By George Koumoullis
PROMINENT academics such as sociologist Niklas Luhmann and economist Anthony Downs express doubts as to whether a democratic model in which everyone participates, such as a referendum, was a rational decision-making method.
This is absolutely valid in the case of Cyprus where we could possibly be asked to approve or reject a new constitution. Because of the specialised knowledge involved it is impossible for citizens to be fully informed. It would not a straightforward issue based on the values of the people such as for example ‘do you approve of abortions?’
I wonder sometimes, what percentage of people understand the meaning of, for example, the constitutional term ‘residual power’ to be able to take a decision that would affect not only their lives but also those of future generations.
This is why I believe the approval or rejection of an unavoidably complex constitution should be the responsibility of the House of Representatives and not of the people that do not have the necessary knowledge to thoroughly evaluate all the articles, notes, appendices of a constitution. In a democratic country, in critical times, it is parliament that leads the people and not the other way round. This is what happened in the case of membership of the EU – quite correctly it was the House that made the decision after weighing all of the pros and cons.

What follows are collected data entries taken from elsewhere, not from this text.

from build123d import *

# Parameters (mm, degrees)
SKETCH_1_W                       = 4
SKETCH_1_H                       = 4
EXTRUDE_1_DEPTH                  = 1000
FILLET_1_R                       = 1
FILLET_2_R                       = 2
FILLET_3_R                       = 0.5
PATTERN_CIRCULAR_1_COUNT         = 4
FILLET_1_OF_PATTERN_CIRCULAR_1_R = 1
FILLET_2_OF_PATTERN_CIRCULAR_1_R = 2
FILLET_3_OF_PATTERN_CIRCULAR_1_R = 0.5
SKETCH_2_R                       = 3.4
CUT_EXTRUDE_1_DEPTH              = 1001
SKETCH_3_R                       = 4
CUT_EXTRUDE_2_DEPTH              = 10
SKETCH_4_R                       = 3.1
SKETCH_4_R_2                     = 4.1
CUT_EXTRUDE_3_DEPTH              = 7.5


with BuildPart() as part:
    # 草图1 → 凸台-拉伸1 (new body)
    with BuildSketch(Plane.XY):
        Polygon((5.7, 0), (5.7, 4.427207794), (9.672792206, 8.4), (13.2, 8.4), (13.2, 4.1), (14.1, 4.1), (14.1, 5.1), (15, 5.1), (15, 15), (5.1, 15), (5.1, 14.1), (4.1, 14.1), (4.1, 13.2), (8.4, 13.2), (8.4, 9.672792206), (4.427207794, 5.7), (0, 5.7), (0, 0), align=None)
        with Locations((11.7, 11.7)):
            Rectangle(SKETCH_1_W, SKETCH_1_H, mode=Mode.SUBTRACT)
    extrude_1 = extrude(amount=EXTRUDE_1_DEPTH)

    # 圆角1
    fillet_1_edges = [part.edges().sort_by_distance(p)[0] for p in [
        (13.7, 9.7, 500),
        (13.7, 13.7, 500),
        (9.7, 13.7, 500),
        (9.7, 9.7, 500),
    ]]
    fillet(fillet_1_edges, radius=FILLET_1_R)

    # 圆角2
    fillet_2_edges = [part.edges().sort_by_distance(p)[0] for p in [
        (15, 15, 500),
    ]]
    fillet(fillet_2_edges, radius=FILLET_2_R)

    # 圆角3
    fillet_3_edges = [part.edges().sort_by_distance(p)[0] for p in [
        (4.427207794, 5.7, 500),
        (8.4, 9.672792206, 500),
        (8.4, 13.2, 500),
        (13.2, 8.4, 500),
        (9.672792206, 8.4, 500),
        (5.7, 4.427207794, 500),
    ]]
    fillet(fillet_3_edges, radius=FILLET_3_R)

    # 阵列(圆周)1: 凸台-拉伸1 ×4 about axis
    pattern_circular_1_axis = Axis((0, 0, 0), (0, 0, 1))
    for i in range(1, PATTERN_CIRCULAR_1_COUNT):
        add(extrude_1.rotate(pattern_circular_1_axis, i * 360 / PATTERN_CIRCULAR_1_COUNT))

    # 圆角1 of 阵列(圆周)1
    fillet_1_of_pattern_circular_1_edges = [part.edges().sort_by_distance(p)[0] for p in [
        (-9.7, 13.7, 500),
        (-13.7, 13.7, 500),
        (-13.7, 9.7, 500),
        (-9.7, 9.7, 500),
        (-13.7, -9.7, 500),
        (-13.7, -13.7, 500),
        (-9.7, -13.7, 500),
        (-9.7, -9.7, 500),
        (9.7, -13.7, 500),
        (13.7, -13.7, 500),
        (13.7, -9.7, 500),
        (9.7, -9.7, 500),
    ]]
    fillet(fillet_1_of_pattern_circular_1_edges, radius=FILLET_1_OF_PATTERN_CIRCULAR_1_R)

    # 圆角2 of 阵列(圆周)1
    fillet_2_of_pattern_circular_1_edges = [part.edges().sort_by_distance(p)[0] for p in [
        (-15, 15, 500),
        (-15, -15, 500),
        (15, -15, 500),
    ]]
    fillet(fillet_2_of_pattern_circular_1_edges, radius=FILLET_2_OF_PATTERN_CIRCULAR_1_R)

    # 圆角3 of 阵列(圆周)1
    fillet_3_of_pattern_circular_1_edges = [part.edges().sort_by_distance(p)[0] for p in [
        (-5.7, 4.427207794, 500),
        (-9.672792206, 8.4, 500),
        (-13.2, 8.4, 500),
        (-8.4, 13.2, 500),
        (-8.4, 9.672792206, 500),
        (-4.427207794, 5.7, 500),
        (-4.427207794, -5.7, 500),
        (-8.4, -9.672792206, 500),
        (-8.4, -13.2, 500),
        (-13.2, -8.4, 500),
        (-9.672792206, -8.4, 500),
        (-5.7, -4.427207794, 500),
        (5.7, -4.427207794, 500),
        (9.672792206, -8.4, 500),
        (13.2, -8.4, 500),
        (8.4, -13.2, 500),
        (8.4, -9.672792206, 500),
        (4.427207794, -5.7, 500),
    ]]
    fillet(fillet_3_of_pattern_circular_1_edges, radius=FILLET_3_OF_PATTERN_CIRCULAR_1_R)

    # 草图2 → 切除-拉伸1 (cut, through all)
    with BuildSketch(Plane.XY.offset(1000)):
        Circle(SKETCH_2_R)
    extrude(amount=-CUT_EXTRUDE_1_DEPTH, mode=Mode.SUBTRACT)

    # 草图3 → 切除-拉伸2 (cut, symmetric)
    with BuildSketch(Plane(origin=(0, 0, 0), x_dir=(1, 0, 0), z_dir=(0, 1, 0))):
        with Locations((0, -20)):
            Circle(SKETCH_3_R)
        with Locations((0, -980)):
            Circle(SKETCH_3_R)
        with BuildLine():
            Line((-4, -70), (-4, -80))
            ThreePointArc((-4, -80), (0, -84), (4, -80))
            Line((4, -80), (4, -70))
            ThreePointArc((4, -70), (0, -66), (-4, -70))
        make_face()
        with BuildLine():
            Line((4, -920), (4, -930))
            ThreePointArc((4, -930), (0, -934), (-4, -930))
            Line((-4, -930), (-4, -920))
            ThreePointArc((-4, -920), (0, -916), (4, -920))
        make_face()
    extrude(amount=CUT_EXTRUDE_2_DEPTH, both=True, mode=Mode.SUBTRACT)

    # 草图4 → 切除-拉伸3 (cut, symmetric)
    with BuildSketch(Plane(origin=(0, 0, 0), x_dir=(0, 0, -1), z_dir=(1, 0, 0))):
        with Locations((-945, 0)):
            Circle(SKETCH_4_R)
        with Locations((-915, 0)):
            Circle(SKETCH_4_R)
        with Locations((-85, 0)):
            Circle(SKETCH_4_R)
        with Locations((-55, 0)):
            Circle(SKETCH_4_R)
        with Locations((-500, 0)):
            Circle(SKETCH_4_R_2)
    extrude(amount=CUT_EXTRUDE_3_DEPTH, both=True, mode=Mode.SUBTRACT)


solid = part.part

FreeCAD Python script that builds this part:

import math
import FreeCAD as App
import Part
import Sketcher

V = App.Vector
Q = App.Units.Quantity


def edges_at(feature, points):
    """Names of the edges that pass closest to the given points."""
    edges = feature.Shape.Edges
    near = lambda p: min(range(len(edges)), key=lambda i: edges[i].distToShape(Part.Vertex(*p))[0])
    return sorted({f"Edge{near(p) + 1}" for p in points})


def add_polygon(sketch, points):
    """Adds a closed chain of lines whose ends are joined by coincident constraints."""
    first, n = sketch.GeometryCount, len(points)
    for a, b in zip(points, points[1:] + points[:1]):
        sketch.addGeometry(Part.LineSegment(App.Vector(*a, 0), App.Vector(*b, 0)), False)
    for i in range(n):
        sketch.addConstraint(Sketcher.Constraint("Coincident", first + i, 2, first + (i + 1) % n, 1))

doc = App.newDocument("Part")
body = doc.addObject("PartDesign::Body", "Body")

sketch1 = body.newObject("Sketcher::SketchObject", "Sketch")
sketch1.AttachmentSupport = (doc.getObject("XY_Plane"), [""])
sketch1.MapMode = "FlatFace"
add_polygon(sketch1, [(5.7, 0), (5.7, 4.4), (9.7, 8.4), (13.2, 8.4), (13.2, 4.1), (14.1, 4.1), (14.1, 5.1), (15, 5.1), (15, 15), (5.1, 15), (5.1, 14.1), (4.1, 14.1), (4.1, 13.2), (8.4, 13.2), (8.4, 9.7), (4.4, 5.7), (0, 5.7), (0, 0)])
add_polygon(sketch1, [(13.7, 9.7), (9.7, 9.7), (9.7, 13.7), (13.7, 13.7)])
sketch1.addConstraint([
    Sketcher.Constraint("Vertical", 0),
    Sketcher.Constraint("Horizontal", 2),
    Sketcher.Constraint("Vertical", 3),
    Sketcher.Constraint("Horizontal", 4),
    Sketcher.Constraint("Vertical", 5),
    Sketcher.Constraint("Horizontal", 6),
    Sketcher.Constraint("Vertical", 7),
    Sketcher.Constraint("Horizontal", 8),
    Sketcher.Constraint("Vertical", 9),
    Sketcher.Constraint("Horizontal", 10),
    Sketcher.Constraint("Vertical", 11),
    Sketcher.Constraint("Horizontal", 12),
    Sketcher.Constraint("Vertical", 13),
    Sketcher.Constraint("Horizontal", 15),
    Sketcher.Constraint("Vertical", 16),
    Sketcher.Constraint("Horizontal", 17),
    Sketcher.Constraint("Horizontal", 18),
    Sketcher.Constraint("Vertical", 19),
    Sketcher.Constraint("Horizontal", 20),
    Sketcher.Constraint("Vertical", 21),
    Sketcher.Constraint("Coincident", 16, 2, -1, 1),
    Sketcher.Constraint("Parallel", 1, 14),
    Sketcher.Constraint("Equal", 4, 6),
    Sketcher.Constraint("Equal", 15, 0),
    Sketcher.Constraint("Equal", 12, 3),
    Sketcher.Constraint("Equal", 10, 5),
    Sketcher.Constraint("Equal", 8, 7),
    Sketcher.Constraint("Equal", 6, 9),
    Sketcher.Constraint("Equal", 9, 11),
    Sketcher.Constraint("Equal", 2, 13),
    Sketcher.Constraint("Equal", 17, 16),
    Sketcher.Constraint("Equal", 20, 19),
    Sketcher.Constraint("DistanceX", 10, 2, 10, 1, Q("1 mm")),
    Sketcher.Constraint("DistanceX", 18, 2, 18, 1, Q("4 mm")),
    Sketcher.Constraint("Angle", 1, Q("45 deg")),
    Sketcher.Constraint("DistanceX", 4, 1, 4, 2, Q("0.9 mm")),
    Sketcher.Constraint("DistanceX", 8, 2, 8, 1, Q("9.9 mm")),
    Sketcher.Constraint("DistanceX", 12, 1, 12, 2, Q("4.3 mm")),
    Sketcher.Constraint("DistanceX", 17, 1, 17, 2, Q("5.7 mm")),
    Sketcher.Constraint("DistanceX", -1, 1, 6, 2, Q("15 mm")),
    Sketcher.Constraint("DistanceX", -1, 1, 18, 2, Q("9.7 mm")),
    Sketcher.Constraint("DistanceY", -1, 1, 18, 2, Q("9.7 mm")),
    Sketcher.Constraint("DistanceX", 2, 1, 2, 2, Q("3.527208 mm")),
])
pad1 = body.newObject("PartDesign::Pad", "Pad")
pad1.Profile = sketch1
pad1.Length = 1000
doc.recompute()

fillet = body.newObject("PartDesign::Fillet", "Fillet")
fillet.Base = (pad1, edges_at(pad1, [
    (13.7, 9.7, 500),
    (13.7, 13.7, 500),
    (9.7, 13.7, 500),
    (9.7, 9.7, 500),
]))
fillet.Radius = 1
doc.recompute()

fillet2 = body.newObject("PartDesign::Fillet", "Fillet001")
fillet2.Base = (fillet, edges_at(fillet, [(15, 15, 500)]))
fillet2.Radius = 2
doc.recompute()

Luhmann and Downs cite examples in their analyses of individuals thinking of their personal and not the national interest. In the case of Cyprus, a big landowner in Limassol or Paphos would not consider the long-term national interest but his personal interest over a time period of perhaps five to 10 years in making a decision. Moneyed oligarchs have the power of influencing other citizens in a variety of ways.
There is though another worrying factor that would support not holding a referendum in the event that Nicos Anastasiades and Mustafa Akinci agree to a settlement. The rejectionists, despite being the minority, control almost all the private television channels through which public opinion is shaped, undermining thus the pluralism which is the dogma of multiplicity – multiplicity of ideas, practices, values and interests.
The TV station owners in Cyprus pose a direct threat to pluralism, a problem that should concern all of us. I will restrict myself to just one example – a journalist who still believes in Enosis has a daily, morning radio show on which he does little else but disparage the bi-zonal, bi-communal federation together with his hand-picked, rejectionist guests. He performs this task very successfully. In short, the absence of pluralism renders the holding of a referendum problematic.
Another concern, with regard to a referendum, is the Church. The 2004 referendum showed that Cyprus is a state plagued by men of the cloth, obscurantism, intolerance and anti-Western hysteria. Incredible as it may seem, the Bishop of Kyrenia at the time, warned the faithful that if they voted for the Annan plan they would go to hell. The Bishop, it was obvious had an effect of the masses of the religious. A referendum in such a climate, clearly, is nothing more than a mockery of democracy and we cannot rule out similar terrorising behaviour by some priest.
Finally, would Greek Cypriots and Turkish Cypriots be able to judge anything objectively when as a result of the relentless propaganda the level of trust on both sides is still very low? One example is the conviction of many Greek Cypriots that we cannot trust the Turkish Cypriots – they cite the violation of the Agreement of the Third Vienna, regarding the protection of the rights of the enclaved, by Rauf Denktash. I may shock a few Greek Cypriots, but the reality is that the masses of the Turkish Cypriots consider us untrustworthy and they would claim that nobody could compete with us in inconsistency and perjury.
We accepted independence, having signed and sealed the agreements and the next day we started undermining them and dreaming about Enosis. Our deputies, in July 1967, unanimously approved a resolution in support of enosis, breaking the oath they took to uphold and respect the laws of the state which expressly prohibit the union of Cyprus with any other country.
If there was a contest for untrustworthiness in the Olympic Games, we would have boasted a big collection of gold medals. Therefore – deviating from the main theme – I would recommend to Greek Cypriots, who are in the habit of disparaging Turkish Cypriots for their untrustworthiness, to keep quiet because people in glass houses should not throw stones.
At the risk of being labelled an elitist, I would strongly recommend, for the reasons I have explained above, that the legislature and not the people made the decision whether to accept or reject a settlement plan.
I recognise, of course, that our deputies do not represent the intelligentsia of our society but, at least, on such an issue they would be briefed comprehensively by the mandarins of the civil service so as to have a structured opinion on such a vital issue.